Hipermart emerged in the 80s, when the brothers Francisco and Armando Martín Borque (at that time the owners of Soriana) had serious differences that led them to separate business, so Don Armando continued to lead Soriana with the right "Tiendas de Descuento del Nazas" (Sorimex), while Mr. Francisco Martín Borque traveled to the city of Monterrey, Nuevo León, Mexico to later create the Hipermart store chain, which had the name "Tiendas de Descuento Sultana " (Organización Soriana), establishing its first commercial and corporate center on Blvd. Independencia in the city of Torreón.
As a consequence of said business separation, in 1989 the first Hipermart stores were opened in Monterrey (San Pedro and Cumbres, which the latter is today the main headquarters and fiscal domicile of Organización Soriana), as well as a branch in Ciudad Juárez, Chihuahua (San Lorenzo).

As a consequence of said business separation, in 1989 the first Hipermart stores were opened in Monterrey (San Pedro and Cumbres, which the latter is today the main headquarters and fiscal domicile of Organización Soriana), as well as a branch in Ciudad Juárez, Chihuahua (San Lorenzo) in September of the same year.
Subsequently, and until its definitive disappearance in 1995, the chain began to open hypermarkets in various cities in the North of the country, such as Torreón (Independencia and Oriente), Chihuahua (Tecnológico), Ciudad Juárez (Henequén & López Mateos) and Monterrey (Santa María).

In 1994, the Martin Borque brothers joined forces again and merged both chains, leaving the company name as "Centros Comerciales Soriana", and as it is now called "Tiendas Soriana".

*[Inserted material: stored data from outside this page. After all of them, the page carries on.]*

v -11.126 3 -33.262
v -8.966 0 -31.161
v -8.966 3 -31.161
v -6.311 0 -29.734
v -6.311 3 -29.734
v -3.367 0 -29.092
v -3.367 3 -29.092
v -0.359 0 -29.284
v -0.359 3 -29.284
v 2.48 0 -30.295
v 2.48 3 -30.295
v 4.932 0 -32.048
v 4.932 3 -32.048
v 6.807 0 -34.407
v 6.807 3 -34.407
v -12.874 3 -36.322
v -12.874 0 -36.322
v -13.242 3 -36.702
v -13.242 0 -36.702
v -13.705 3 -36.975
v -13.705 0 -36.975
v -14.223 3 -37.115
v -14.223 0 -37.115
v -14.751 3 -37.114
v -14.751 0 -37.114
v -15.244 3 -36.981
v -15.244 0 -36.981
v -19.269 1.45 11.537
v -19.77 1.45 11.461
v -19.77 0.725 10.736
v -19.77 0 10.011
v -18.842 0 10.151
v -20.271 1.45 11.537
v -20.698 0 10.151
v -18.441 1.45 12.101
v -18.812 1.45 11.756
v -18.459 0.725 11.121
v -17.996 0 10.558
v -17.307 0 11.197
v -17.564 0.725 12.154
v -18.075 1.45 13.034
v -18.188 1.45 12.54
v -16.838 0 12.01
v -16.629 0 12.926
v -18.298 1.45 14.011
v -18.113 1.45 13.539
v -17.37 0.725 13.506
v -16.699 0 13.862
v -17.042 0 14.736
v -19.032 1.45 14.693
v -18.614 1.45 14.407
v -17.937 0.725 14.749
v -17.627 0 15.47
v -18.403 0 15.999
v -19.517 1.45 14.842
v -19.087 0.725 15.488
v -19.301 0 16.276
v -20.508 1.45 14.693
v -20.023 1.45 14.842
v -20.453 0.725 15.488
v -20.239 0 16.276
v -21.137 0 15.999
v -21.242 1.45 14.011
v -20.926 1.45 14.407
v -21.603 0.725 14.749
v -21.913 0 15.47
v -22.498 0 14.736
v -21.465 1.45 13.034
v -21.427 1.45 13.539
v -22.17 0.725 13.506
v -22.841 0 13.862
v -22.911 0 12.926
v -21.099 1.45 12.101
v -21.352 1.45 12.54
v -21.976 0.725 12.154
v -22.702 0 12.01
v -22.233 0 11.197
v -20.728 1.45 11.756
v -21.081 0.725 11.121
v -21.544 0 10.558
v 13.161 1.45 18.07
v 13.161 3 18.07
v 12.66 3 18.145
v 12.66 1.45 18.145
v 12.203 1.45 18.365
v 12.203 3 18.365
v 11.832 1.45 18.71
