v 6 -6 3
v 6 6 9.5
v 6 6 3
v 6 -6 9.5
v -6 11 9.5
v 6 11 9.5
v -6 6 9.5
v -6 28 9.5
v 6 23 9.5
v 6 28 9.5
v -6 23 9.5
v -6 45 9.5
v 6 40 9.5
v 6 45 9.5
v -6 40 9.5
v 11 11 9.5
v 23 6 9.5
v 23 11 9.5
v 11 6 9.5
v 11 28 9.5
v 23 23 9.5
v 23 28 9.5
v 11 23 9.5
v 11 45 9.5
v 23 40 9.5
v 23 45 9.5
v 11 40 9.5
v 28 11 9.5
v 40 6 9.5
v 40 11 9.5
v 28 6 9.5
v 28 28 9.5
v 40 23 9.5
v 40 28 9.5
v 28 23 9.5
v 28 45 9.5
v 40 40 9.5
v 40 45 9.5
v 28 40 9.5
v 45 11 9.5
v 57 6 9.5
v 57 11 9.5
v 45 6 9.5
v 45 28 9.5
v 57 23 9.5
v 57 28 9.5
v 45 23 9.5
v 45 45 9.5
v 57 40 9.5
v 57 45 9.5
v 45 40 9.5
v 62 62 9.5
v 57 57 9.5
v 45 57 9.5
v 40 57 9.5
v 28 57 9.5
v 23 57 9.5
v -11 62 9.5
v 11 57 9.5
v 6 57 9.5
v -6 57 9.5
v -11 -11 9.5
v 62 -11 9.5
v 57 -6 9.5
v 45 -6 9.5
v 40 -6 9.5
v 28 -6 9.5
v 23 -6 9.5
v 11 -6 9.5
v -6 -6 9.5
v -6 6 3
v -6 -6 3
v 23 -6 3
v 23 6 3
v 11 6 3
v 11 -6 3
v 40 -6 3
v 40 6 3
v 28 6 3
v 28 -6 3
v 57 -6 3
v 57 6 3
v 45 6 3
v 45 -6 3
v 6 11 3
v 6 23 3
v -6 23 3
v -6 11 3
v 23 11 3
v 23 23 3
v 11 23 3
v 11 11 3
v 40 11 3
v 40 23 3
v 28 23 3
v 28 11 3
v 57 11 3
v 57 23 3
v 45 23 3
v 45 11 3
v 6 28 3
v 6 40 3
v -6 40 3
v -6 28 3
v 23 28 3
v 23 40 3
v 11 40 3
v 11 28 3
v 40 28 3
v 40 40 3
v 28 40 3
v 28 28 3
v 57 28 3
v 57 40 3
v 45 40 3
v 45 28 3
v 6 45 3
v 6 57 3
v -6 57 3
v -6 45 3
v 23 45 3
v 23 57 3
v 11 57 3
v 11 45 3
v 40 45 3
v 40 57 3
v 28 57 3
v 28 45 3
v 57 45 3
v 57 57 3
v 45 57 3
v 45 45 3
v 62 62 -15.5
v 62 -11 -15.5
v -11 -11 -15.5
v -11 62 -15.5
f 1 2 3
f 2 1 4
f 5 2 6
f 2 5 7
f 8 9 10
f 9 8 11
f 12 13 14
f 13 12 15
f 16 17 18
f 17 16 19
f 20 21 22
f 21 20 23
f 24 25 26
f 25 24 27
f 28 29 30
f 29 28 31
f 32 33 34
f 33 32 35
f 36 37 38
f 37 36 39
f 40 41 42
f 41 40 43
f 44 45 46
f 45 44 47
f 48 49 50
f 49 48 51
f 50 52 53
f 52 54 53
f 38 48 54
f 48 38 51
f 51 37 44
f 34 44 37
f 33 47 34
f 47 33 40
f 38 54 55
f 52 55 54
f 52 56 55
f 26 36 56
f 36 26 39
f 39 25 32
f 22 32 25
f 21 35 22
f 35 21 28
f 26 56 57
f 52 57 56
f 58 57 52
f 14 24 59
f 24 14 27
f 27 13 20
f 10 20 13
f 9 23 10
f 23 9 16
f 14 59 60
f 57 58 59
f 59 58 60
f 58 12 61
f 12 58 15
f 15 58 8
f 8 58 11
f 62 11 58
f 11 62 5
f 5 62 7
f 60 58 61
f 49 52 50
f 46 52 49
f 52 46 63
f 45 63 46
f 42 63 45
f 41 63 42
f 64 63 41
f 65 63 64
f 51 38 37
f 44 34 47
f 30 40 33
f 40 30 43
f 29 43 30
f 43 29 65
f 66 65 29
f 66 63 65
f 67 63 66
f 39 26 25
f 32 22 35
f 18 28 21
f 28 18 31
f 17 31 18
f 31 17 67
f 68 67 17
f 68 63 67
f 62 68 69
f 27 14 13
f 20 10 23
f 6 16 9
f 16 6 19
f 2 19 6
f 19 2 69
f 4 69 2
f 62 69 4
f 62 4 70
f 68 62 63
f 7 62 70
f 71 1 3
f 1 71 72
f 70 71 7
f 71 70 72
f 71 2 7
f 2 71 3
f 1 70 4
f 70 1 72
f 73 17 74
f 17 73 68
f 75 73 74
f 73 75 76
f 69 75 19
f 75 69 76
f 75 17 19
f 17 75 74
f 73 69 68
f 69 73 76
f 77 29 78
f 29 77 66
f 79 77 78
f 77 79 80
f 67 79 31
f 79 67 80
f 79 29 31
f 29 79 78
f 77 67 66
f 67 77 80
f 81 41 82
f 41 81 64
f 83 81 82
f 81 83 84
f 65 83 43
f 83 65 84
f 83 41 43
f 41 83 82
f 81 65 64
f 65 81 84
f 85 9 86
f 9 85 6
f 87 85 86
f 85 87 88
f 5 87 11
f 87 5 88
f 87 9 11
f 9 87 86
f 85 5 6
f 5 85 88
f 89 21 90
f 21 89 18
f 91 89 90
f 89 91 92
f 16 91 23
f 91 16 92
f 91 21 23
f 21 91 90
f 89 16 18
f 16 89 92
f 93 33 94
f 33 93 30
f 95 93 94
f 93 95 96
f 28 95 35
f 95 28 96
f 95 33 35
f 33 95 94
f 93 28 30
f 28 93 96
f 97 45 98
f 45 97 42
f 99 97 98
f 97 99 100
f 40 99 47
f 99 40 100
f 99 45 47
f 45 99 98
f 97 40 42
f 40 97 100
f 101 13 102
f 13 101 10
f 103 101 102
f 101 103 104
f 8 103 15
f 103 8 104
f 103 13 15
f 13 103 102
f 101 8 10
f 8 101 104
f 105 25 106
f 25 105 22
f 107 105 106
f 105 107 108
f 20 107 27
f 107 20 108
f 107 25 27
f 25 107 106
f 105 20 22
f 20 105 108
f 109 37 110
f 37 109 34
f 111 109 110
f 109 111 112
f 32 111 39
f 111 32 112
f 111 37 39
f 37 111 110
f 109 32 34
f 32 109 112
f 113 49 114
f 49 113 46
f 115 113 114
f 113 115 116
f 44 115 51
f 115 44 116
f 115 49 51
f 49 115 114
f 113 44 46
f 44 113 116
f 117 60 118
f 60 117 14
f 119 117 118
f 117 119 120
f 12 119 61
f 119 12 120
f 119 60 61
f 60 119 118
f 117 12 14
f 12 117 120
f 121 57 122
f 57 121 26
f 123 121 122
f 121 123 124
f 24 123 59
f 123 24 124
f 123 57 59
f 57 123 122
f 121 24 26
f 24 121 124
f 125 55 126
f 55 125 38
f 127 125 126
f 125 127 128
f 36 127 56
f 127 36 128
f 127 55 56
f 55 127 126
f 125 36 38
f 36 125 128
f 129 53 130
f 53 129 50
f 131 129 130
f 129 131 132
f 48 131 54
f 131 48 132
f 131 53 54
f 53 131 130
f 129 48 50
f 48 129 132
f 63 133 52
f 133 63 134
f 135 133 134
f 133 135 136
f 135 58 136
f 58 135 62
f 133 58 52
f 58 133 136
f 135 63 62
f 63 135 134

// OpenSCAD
difference() {
  translate([25.4999950000, 25.4999950000, -3.0000000000]) {
    scale([73.0000000000, 73.0000000000, 25.0000000000]) {
      translate([-0.5000000000, -0.5000000000, -0.5000000000]) {
        cube([1, 1, 1]);
      }
    }
  }
  union() {
    union() {
      union() {
        union() {
          union() {
            union() {
              union() {
                union() {
                  union() {
                    union() {
                      union() {
                        union() {
                          union() {
                            union() {
                              union() {
                                translate([0.0000000000, 0.0000000000, 6.2500000000]) {
                                  scale([12.0000000000, 12.0000000000, 6.5000000000]) {
                                    translate([-0.5000000000, -0.5000000000, -0.5000000000]) {
                                      cube([1, 1, 1]);
                                    }
                                  }
                                }
                                translate([17.0000000000, 0.0000000000, 6.2500000000]) {
                                  scale([12.0000000000, 12.0000000000, 6.5000000000]) {
                                    translate([-0.5000000000, -0.5000000000, -0.5000000000]) {
                                      cube([1, 1, 1]);
                                    }
                                  }
                                }
                              }
                              translate([34.0000000000, 0.0000000000, 6.2500000000]) {
                                scale([12.0000000000, 12.0000000000, 6.5000000000]) {
                                  translate([-0.5000000000, -0.5000000000, -0.5000000000]) {
                                    cube([1, 1, 1]);
                                  }
                                }
                              }
                            }
                            translate([51.0000000000, 0.0000000000, 6.2500000000]) {
                              scale([12.0000000000, 12.0000000000, 6.5000000000]) {
                                translate([-0.5000000000, -0.5000000000, -0.5000000000]) {
                                  cube([1, 1, 1]);
                                }
                              }
                            }
                          }
                          translate([0.0000000000, 17.0000000000, 6.2500000000]) {
                            scale([12.0000000000, 12.0000000000, 6.5000000000]) {
                              translate([-0.5000000000, -0.5000000000, -0.5000000000]) {
                                cube([1, 1, 1]);
                              }
                            }
                          }
                        }
                        translate([17.0000000000, 17.0000000000, 6.2500000000]) {
                          scale([12.0000000000, 12.0000000000, 6.5000000000]) {
                            translate([-0.5000000000, -0.5000000000, -0.5000000000]) {
                              cube([1, 1, 1]);
                            }
                          }
                        }
                      }
                      translate([34.0000000000, 17.0000000000, 6.2500000000]) {
                        scale([12.0000000000, 12.0000000000, 6.5000000000]) {
                          translate([-0.5000000000, -0.5000000000, -0.5000000000]) {
                            cube([1, 1, 1]);
                          }
                        }
                      }
                    }
                    translate([51.0000000000, 17.0000000000, 6.2500000000]) {
                      scale([12.0000000000, 12.0000000000, 6.5000000000]) {
                        translate([-0.5000000000, -0.5000000000, -0.5000000000]) {
                          cube([1, 1, 1]);
                        }
                      }
                    }
                  }
                  translate([0.0000000000, 34.0000000000, 6.2500000000]) {
                    scale([12.0000000000, 12.0000000000, 6.5000000000]) {
                      translate([-0.5000000000, -0.5000000000, -0.5000000000]) {
                        cube([1, 1, 1]);
                      }
                    }
                  }
                }
                translate([17.0000000000, 34.0000000000, 6.2500000000]) {
                  scale([12.0000000000, 12.0000000000, 6.5000000000]) {
                    translate([-0.5000000000, -0.5000000000, -0.5000000000]) {
                      cube([1, 1, 1]);
                    }
                  }
                }
              }
              translate([34.0000000000, 34.0000000000, 6.2500000000]) {
                scale([12.0000000000, 12.0000000000, 6.5000000000]) {
                  translate([-0.5000000000, -0.5000000000, -0.5000000000]) {
                    cube([1, 1, 1]);
                  }
                }
              }
            }
            translate([51.0000000000, 34.0000000000, 6.2500000000]) {
              scale([12.0000000000, 12.0000000000, 6.5000000000]) {
                translate([-0.5000000000, -0.5000000000, -0.5000000000]) {
                  cube([1, 1, 1]);
                }
              }
            }
          }
          translate([0.0000000000, 51.0000000000, 6.2500000000]) {
            scale([12.0000000000, 12.0000000000, 6.5000000000]) {
              translate([-0.5000000000, -0.5000000000, -0.5000000000]) {
                cube([1, 1, 1]);
              }
            }
          }
        }
        translate([17.0000000000, 51.0000000000, 6.2500000000]) {
          scale([12.0000000000, 12.0000000000, 6.5000000000]) {
            translate([-0.5000000000, -0.5000000000, -0.5000000000]) {
              cube([1, 1, 1]);
            }
          }
        }
      }
      translate([34.0000000000, 51.0000000000, 6.2500000000]) {
        scale([12.0000000000, 12.0000000000, 6.5000000000]) {
          translate([-0.5000000000, -0.5000000000, -0.5000000000]) {
            cube([1, 1, 1]);
          }
        }
      }
    }
    translate([51.0000000000, 51.0000000000, 6.2500000000]) {
      scale([12.0000000000, 12.0000000000, 6.5000000000]) {
        translate([-0.5000000000, -0.5000000000, -0.5000000000]) {
          cube([1, 1, 1]);
        }
      }
    }
  }
}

===After his disappearance and merger with Soriana===
After this merger with Tiendas Soriana, the term Hipermart became Soriana's own brand, which used to offer a variety of products (hardware, food, household items, cleaning, among others), whose own brand lasted until 2016 with the purchase of Comercial Mexicana by Soriana, being replaced by the own brand Precissimo, while all the branches that carried the Hipermart name were renamed Soriana (currently Soriana Híper) in 1995, leaving the Independencia Torreón branch as the Soriana's only branch under the name of Hipermart until 2016 when it was now renamed as Soriana Hipermart.

In December 2016, and with an investment of more than $150 million Mexican pesos, Soriana reopens the former Hipermart San Pedro branch in the city of Monterrey, now under its format of Soriana Hiper Premium, this with the objective of the Soriana company of serving consumers with high purchasing power, which allowed them to insert novel concepts for said market segment, which the Soriana company was not serving at that time.

Later in 2019, the Hipermart Independencia de Torreón branch (now as part of Tiendas Soriana) was remodeled, with an investment of more than 100 million Mexican pesos, as part of a Soriana modernization and improvement plan.

==Business model==
As its trade name indicated, Hipermart was a hypermarket focused on consumers located in cities with more than 150,000 inhabitants, where each of its existing stores had a sales area between 7,000 and 14,000 square meters.

His sales scheme was always retail, in which he handled a wide assortment of merchandise with 60,000 SKU's from the clothing, general merchandise, groceries, perishables, and prepared food divisions. They used to have a shopping center made up of 40 or 50 stores that the Company leased to third parties, who marketed products and services to consumers.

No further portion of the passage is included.